And it did. In February 2007, the government announced a
semiconductor policy that contained a host of incentives for the industry if the
manufacturing was done in India (see box). The projects already announced since
then include a $3 bn project from SemIndia; two $250 mn projects each from Moser
Baer and Videocon; and two $50 mn projects from Freescale Semiconductor and
Cypress Semiconductors.
The Present
Approximately 200 semiconductor companies, which include all the global top
10 fabless companies and 19 out of the top 25 semiconductor companies, are
operating their facilities out of India. Also, the action has moved out of
Bangalore to almost all major cities, including Delhi (NCR), Hyderabad, Chennai,
Pune, Ahemedabad, and Goa.
The total semiconductor design services industry in India stands
at Rs 8,527 crore. However, this figure represents only a part of the total
industry, as it does not include the embedded software (or VLSI design) revenues
of most multi-services IT firms, which now contributes significant revenue.

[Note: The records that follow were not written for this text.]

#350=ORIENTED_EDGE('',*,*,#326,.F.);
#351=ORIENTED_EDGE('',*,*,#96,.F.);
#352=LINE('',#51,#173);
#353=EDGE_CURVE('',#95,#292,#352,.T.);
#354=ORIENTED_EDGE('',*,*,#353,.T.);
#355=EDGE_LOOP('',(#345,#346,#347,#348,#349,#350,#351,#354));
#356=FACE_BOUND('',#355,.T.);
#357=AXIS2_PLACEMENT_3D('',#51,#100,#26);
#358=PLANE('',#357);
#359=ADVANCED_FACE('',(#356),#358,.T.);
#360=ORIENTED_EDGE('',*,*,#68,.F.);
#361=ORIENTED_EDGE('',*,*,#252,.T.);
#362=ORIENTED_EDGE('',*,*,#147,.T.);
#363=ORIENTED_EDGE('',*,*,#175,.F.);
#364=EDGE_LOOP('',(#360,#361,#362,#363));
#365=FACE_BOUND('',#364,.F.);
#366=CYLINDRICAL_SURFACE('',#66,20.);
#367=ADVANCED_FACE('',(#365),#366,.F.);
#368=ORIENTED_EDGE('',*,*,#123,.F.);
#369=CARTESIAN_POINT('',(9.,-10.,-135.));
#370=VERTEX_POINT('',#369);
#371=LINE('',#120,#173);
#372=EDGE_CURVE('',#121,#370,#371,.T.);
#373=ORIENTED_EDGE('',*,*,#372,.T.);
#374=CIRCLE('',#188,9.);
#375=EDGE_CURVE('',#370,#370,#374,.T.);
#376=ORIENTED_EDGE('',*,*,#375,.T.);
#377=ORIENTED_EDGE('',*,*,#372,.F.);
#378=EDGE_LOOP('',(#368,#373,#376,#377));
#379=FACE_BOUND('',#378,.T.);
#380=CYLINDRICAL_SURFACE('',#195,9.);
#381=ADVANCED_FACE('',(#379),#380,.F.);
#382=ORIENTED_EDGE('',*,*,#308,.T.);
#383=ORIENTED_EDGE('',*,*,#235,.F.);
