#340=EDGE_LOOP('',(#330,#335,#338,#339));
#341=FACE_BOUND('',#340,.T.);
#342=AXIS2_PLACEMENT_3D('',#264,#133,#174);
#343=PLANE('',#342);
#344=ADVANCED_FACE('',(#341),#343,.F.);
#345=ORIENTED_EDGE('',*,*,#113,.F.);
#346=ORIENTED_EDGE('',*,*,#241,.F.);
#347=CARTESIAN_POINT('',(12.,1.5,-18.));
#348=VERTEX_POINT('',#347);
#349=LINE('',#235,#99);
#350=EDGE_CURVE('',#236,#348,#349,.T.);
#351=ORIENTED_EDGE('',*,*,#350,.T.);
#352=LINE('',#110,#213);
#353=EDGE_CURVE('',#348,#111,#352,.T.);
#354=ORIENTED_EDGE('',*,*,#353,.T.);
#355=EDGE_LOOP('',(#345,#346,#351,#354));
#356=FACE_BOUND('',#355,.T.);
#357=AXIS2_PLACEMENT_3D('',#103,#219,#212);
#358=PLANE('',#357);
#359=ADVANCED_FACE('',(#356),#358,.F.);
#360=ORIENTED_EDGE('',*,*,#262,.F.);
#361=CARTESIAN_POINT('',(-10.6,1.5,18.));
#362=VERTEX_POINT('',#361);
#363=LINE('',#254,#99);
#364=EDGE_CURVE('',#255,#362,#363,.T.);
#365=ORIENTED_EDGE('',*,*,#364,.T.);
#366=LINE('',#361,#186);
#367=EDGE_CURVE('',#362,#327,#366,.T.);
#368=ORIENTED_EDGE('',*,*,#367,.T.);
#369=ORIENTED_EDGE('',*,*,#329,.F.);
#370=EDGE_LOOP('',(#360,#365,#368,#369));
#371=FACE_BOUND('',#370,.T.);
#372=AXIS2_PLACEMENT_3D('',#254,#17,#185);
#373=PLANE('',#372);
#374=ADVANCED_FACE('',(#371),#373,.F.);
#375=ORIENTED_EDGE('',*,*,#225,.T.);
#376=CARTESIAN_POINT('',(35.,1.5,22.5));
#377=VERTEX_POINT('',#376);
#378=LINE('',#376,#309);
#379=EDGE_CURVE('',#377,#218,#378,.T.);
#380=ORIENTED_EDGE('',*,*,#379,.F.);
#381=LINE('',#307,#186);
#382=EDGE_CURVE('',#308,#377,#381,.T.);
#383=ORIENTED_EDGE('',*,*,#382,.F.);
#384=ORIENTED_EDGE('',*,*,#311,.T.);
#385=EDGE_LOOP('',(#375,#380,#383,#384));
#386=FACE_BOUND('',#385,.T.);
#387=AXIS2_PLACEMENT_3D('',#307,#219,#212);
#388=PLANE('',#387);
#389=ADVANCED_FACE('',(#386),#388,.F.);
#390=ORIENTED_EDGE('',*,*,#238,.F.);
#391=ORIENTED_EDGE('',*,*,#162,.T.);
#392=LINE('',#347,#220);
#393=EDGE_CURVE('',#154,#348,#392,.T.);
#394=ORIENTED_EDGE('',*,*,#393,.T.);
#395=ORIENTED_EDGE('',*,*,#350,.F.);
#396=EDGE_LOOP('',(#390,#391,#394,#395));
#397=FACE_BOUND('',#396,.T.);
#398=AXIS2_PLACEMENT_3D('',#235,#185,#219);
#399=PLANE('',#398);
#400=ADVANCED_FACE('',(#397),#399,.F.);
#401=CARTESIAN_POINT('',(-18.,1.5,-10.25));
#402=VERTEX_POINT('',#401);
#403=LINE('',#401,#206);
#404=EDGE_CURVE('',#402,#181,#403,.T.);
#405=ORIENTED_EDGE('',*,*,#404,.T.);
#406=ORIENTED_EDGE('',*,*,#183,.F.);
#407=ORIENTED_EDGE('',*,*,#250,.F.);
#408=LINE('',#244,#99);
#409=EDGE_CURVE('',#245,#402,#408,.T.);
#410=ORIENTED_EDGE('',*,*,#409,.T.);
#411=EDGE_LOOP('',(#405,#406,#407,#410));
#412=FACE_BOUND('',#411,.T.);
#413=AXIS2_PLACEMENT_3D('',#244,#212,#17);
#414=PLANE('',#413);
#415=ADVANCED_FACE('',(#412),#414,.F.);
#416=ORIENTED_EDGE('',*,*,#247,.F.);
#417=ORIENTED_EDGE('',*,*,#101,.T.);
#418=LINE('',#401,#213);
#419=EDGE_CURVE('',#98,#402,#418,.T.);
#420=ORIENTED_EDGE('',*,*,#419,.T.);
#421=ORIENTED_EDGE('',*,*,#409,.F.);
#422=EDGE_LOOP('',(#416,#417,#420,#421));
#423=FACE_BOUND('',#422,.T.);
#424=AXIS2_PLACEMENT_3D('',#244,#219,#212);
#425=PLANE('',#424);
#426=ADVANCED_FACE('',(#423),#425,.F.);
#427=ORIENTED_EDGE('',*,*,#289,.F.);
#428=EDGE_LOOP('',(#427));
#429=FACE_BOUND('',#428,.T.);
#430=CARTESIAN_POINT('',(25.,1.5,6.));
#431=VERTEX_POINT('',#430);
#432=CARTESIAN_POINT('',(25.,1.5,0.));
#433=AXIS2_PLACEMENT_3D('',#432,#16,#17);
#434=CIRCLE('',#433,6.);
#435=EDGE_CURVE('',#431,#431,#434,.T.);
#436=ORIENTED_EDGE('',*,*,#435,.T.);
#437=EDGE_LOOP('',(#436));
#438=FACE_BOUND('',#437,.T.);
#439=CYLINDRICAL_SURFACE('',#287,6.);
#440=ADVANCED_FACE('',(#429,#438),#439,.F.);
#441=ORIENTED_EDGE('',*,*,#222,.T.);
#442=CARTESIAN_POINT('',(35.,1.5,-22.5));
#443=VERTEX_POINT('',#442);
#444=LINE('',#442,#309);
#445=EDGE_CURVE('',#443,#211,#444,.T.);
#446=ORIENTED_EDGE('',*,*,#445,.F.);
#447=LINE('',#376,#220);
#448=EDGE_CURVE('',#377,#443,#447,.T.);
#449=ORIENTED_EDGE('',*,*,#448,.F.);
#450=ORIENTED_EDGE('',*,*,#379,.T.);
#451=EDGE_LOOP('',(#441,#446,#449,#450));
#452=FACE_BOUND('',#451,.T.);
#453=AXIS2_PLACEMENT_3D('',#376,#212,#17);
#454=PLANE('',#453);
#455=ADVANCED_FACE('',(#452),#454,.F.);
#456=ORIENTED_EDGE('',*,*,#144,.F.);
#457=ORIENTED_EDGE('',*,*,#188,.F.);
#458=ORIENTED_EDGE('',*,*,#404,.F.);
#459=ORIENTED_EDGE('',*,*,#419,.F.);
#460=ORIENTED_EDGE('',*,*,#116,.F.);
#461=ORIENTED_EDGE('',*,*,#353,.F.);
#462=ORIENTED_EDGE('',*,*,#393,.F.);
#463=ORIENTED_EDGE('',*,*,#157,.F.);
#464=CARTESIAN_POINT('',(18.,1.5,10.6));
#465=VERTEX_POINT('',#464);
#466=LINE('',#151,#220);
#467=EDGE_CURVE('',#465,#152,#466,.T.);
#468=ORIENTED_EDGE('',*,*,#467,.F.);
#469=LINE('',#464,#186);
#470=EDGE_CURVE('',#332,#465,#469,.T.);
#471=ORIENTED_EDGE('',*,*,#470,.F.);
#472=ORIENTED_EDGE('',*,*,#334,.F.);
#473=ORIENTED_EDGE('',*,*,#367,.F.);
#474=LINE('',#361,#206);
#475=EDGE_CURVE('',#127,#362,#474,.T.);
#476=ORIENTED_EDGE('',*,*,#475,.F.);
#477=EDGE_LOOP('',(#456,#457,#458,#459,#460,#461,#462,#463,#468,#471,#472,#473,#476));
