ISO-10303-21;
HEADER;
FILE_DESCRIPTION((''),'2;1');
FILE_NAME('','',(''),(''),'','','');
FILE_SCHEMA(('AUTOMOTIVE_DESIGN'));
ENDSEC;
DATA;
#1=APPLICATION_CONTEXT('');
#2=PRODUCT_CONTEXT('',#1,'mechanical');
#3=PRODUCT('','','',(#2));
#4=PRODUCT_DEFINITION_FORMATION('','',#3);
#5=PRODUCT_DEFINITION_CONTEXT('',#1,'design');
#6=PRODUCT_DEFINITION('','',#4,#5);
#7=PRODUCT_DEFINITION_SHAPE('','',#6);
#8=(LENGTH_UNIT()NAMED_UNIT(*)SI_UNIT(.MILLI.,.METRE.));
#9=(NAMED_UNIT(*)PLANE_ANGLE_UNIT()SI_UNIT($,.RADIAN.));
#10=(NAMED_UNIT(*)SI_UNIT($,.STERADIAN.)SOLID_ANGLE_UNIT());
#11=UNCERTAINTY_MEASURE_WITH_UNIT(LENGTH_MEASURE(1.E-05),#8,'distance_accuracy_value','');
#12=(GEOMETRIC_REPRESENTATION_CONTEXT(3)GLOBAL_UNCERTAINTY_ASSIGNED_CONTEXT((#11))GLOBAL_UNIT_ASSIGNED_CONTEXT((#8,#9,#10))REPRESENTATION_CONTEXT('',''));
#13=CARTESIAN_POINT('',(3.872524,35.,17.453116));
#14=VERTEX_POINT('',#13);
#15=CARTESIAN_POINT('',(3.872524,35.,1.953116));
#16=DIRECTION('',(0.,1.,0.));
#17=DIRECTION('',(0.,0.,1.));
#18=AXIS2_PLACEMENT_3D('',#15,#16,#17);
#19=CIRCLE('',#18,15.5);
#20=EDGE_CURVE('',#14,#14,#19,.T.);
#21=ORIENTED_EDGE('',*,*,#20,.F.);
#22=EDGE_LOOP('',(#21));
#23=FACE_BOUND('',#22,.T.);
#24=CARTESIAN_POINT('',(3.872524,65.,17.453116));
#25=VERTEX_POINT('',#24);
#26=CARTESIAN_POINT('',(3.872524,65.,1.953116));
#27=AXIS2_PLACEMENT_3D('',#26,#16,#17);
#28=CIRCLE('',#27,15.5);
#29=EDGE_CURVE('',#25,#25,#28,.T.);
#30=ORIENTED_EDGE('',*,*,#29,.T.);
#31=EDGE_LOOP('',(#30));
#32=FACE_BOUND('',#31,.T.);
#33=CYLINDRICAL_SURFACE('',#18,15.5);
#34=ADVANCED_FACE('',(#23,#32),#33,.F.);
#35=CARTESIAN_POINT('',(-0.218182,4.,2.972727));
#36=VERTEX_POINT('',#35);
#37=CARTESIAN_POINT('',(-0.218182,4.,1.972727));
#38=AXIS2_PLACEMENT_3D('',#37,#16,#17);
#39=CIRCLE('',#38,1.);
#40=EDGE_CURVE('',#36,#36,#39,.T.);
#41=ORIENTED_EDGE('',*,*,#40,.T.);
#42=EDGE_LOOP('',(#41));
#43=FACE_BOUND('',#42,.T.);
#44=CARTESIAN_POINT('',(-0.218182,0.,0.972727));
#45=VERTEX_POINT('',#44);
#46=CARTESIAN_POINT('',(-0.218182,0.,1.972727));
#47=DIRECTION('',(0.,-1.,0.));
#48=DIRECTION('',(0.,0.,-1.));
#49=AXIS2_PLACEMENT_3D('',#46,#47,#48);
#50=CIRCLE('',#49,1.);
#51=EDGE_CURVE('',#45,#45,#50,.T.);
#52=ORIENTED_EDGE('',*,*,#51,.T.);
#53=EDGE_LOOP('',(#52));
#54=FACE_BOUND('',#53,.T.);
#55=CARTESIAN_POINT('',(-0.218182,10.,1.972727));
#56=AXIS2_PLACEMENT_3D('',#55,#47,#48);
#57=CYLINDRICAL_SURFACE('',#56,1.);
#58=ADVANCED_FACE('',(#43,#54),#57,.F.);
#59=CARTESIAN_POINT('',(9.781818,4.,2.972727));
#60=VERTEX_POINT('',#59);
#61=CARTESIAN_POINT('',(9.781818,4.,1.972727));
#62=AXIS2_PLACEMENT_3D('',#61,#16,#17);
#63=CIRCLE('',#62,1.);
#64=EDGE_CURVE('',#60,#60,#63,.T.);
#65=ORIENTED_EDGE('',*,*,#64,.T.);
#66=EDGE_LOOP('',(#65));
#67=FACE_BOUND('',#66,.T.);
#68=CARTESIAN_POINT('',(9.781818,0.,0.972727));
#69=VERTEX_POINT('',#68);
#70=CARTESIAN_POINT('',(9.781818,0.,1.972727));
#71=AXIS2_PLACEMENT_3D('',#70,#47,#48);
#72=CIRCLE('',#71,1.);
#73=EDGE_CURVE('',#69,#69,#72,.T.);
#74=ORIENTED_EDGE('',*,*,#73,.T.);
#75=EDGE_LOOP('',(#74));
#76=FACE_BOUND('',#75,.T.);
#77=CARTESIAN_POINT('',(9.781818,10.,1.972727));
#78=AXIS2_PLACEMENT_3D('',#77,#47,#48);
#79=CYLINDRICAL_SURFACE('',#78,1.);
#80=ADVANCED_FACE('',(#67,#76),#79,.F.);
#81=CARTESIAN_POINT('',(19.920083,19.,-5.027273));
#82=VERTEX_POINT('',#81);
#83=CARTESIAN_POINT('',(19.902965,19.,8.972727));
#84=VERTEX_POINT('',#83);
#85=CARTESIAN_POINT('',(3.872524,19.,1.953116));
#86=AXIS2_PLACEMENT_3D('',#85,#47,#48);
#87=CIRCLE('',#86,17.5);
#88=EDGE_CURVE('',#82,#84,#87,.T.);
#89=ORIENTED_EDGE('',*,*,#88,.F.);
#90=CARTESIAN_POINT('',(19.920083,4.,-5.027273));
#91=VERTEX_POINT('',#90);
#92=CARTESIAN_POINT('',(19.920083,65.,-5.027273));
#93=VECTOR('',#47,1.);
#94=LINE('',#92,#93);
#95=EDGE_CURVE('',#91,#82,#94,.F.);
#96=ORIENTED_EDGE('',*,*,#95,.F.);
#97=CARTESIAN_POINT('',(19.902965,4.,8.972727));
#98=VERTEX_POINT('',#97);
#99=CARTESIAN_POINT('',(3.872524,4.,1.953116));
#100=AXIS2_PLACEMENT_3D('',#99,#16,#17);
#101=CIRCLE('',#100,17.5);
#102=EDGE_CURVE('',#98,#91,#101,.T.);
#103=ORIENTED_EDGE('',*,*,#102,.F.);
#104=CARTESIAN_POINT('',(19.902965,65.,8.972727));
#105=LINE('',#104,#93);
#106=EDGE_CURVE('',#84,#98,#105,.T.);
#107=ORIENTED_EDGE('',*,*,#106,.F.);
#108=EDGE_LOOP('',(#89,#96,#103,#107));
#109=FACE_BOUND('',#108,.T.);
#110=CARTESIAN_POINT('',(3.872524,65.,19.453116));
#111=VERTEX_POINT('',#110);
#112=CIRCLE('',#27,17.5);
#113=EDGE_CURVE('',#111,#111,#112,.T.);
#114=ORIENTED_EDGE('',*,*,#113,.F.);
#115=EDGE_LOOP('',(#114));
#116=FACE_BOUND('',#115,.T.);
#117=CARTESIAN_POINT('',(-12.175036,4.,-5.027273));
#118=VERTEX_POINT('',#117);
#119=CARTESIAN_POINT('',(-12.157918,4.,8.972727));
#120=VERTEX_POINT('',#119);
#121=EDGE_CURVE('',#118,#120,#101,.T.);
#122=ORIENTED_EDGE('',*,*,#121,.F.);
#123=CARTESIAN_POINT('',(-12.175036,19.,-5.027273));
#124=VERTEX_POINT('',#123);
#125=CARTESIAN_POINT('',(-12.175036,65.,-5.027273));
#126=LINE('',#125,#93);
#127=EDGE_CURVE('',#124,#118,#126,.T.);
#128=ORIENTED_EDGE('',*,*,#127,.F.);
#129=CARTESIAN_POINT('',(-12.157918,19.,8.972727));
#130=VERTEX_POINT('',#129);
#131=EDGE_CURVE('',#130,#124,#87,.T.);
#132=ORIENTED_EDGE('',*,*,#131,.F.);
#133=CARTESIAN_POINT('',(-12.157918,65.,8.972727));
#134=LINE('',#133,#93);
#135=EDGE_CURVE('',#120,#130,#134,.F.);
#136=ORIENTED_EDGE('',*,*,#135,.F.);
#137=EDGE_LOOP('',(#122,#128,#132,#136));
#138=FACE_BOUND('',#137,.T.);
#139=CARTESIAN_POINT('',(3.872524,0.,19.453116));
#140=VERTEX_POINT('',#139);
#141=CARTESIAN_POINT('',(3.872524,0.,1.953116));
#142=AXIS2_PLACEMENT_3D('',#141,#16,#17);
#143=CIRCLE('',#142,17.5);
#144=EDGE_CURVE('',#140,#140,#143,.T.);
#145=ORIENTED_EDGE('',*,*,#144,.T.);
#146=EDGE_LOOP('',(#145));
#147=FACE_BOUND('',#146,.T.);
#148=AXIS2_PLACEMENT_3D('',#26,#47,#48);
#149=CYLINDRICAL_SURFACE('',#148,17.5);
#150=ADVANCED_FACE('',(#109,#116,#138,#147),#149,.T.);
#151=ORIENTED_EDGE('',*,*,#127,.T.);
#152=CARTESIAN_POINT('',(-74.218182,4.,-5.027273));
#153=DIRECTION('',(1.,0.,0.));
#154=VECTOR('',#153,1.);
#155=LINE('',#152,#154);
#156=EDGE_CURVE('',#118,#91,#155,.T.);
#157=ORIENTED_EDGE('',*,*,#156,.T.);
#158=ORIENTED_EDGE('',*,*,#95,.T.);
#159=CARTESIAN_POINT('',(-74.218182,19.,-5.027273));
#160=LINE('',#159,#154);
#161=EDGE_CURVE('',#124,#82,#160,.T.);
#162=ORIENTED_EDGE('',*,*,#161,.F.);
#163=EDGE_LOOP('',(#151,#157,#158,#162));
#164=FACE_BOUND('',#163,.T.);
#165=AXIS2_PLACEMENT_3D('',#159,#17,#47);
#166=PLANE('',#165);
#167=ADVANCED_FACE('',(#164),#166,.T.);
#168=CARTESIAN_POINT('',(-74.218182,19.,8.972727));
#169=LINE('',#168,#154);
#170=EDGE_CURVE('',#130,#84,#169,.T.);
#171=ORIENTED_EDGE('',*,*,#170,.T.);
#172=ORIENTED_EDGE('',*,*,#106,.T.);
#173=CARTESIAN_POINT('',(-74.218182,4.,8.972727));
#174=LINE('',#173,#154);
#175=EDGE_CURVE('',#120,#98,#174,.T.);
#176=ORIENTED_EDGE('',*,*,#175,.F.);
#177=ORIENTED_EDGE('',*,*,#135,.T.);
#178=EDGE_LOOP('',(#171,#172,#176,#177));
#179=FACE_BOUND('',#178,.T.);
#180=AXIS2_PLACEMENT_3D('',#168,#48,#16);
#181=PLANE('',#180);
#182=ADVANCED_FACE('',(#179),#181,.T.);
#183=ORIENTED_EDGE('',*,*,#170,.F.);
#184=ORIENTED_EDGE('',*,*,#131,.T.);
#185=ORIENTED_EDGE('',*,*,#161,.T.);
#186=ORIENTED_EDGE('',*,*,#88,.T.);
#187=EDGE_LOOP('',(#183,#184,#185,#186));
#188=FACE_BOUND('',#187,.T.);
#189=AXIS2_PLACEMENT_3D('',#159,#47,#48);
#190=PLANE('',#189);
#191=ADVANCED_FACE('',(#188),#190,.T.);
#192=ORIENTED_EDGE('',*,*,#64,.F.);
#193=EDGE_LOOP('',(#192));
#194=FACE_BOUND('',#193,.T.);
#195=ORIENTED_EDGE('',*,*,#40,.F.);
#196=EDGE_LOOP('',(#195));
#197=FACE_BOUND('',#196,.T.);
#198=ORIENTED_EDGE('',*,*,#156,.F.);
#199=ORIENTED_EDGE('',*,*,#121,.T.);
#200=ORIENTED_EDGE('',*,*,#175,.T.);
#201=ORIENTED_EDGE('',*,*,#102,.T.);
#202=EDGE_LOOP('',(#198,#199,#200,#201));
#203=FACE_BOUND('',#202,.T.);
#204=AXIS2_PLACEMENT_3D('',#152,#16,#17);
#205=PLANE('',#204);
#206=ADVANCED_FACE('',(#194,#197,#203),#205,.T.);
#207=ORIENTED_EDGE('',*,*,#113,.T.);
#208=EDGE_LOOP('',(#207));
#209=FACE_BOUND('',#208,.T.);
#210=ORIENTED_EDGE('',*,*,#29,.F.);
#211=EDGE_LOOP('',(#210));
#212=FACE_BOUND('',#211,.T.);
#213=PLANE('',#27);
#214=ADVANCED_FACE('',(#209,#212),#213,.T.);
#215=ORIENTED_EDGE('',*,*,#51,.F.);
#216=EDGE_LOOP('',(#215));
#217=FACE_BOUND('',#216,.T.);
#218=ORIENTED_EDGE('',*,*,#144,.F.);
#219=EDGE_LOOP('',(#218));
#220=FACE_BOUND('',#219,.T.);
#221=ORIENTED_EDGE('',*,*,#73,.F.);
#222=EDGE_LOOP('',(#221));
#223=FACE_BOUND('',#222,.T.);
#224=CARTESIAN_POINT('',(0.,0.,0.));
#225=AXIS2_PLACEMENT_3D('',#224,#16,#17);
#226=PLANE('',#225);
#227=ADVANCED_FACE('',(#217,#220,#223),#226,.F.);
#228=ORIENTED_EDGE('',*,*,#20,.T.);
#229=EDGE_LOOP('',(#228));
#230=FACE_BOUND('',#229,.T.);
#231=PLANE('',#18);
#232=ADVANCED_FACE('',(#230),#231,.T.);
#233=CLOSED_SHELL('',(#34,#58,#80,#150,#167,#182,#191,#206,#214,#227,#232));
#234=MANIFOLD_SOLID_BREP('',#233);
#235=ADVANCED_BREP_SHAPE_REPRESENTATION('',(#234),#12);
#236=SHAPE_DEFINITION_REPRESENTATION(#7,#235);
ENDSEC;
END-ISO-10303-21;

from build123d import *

# Parameters (mm, degrees)
SKETCH1_W               = 25
SKETCH1_H               = 16
BOSS_EXTRUDE1_DEPTH     = 20
SKETCH6_R               = 17.5
BOSS_EXTRUDE4_DEPTH     = 65
CUT_EXTRUDE1_DEPTH      = 65
CUT_EXTRUDE1_DEPTH_BACK = 40
SKETCH2_W               = 14
SKETCH2_H               = 15
SKETCH3_R               = 1
CUT_EXTRUDE2_DEPTH      = 10
SKETCH7_R               = 15.5
CUT_EXTRUDE3_DEPTH      = 30


with BuildPart() as part:
    # Sketch1 → Boss-Extrude1 (new body)
    with BuildSketch(Plane(origin=(0, 0, 0), x_dir=(1, 0, 0), z_dir=(0, 1, 0))):
        with Locations((3.281818182, -1.972727273)):
            Rectangle(SKETCH1_W, SKETCH1_H)
    extrude(amount=BOSS_EXTRUDE1_DEPTH)

    # Sketch6 → Boss-Extrude4 (add)
    with BuildSketch(Plane(origin=(0, 0, 0), x_dir=(1, 0, 0), z_dir=(0, 1, 0))):
        with Locations(Location((3.872523773, -1.953116283, 0), (0, 0, 270))):
            Circle(SKETCH6_R)
    extrude(amount=BOSS_EXTRUDE4_DEPTH)

    # Sketch2 → Cut-Extrude1 (cut, two sides: drawn at the far end of the back side and taken through both)
    with BuildSketch(Plane.ZY.offset(9.218181818).offset(-CUT_EXTRUDE1_DEPTH_BACK)):
        with Locations((1.972727273, 11.5)):
            Rectangle(SKETCH2_W, SKETCH2_H)
    extrude(amount=CUT_EXTRUDE1_DEPTH + CUT_EXTRUDE1_DEPTH_BACK, mode=Mode.SUBTRACT)

    # Sketch3 → Cut-Extrude2 (cut)
    with BuildSketch(Plane(origin=(0, 0, 0), x_dir=(-1, 0, 0), z_dir=(0, -1, 0))):
        with Locations(Location((-9.781818182, -1.972727273, 0), (0, 0, 90))):
            Circle(SKETCH3_R)
        with Locations(Location((0.218181818, -1.972727273, 0), (0, 0, 90))):
            Circle(SKETCH3_R)
    extrude(amount=-CUT_EXTRUDE2_DEPTH, mode=Mode.SUBTRACT)

    # Sketch7 → Cut-Extrude3 (cut)
    with BuildSketch(Plane(origin=(0, 65, 0), x_dir=(1, 0, 0), z_dir=(0, 1, 0))):
        with Locations(Location((3.872523773, -1.953116283, 0), (0, 0, 270))):
            Circle(SKETCH7_R)
    extrude(amount=-CUT_EXTRUDE3_DEPTH, mode=Mode.SUBTRACT)


solid = part.part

Forecasts say that the total semiconductor industry size in India will be around
$12 bn by 2010 (ISA-F&S). According to Nasscom-McKinsey study, embedded
system design is expected to generate exports of Rs 41,000 crore by 2008.
Segmenting the Market
The semiconductor industry consists of three types of players:
Integrated device manufacturers (IDMs): who manufacture chips as
well as sell them; fabless companies: who design and sell their chips but
manufacturing is outsourced to foundry companies; and foundry companies: who
manufacture chips designed and sold by others.
IDMs now have started outsourcing their requirements to foundry
companies rather than making heavy investments in upgrading their existing fabs.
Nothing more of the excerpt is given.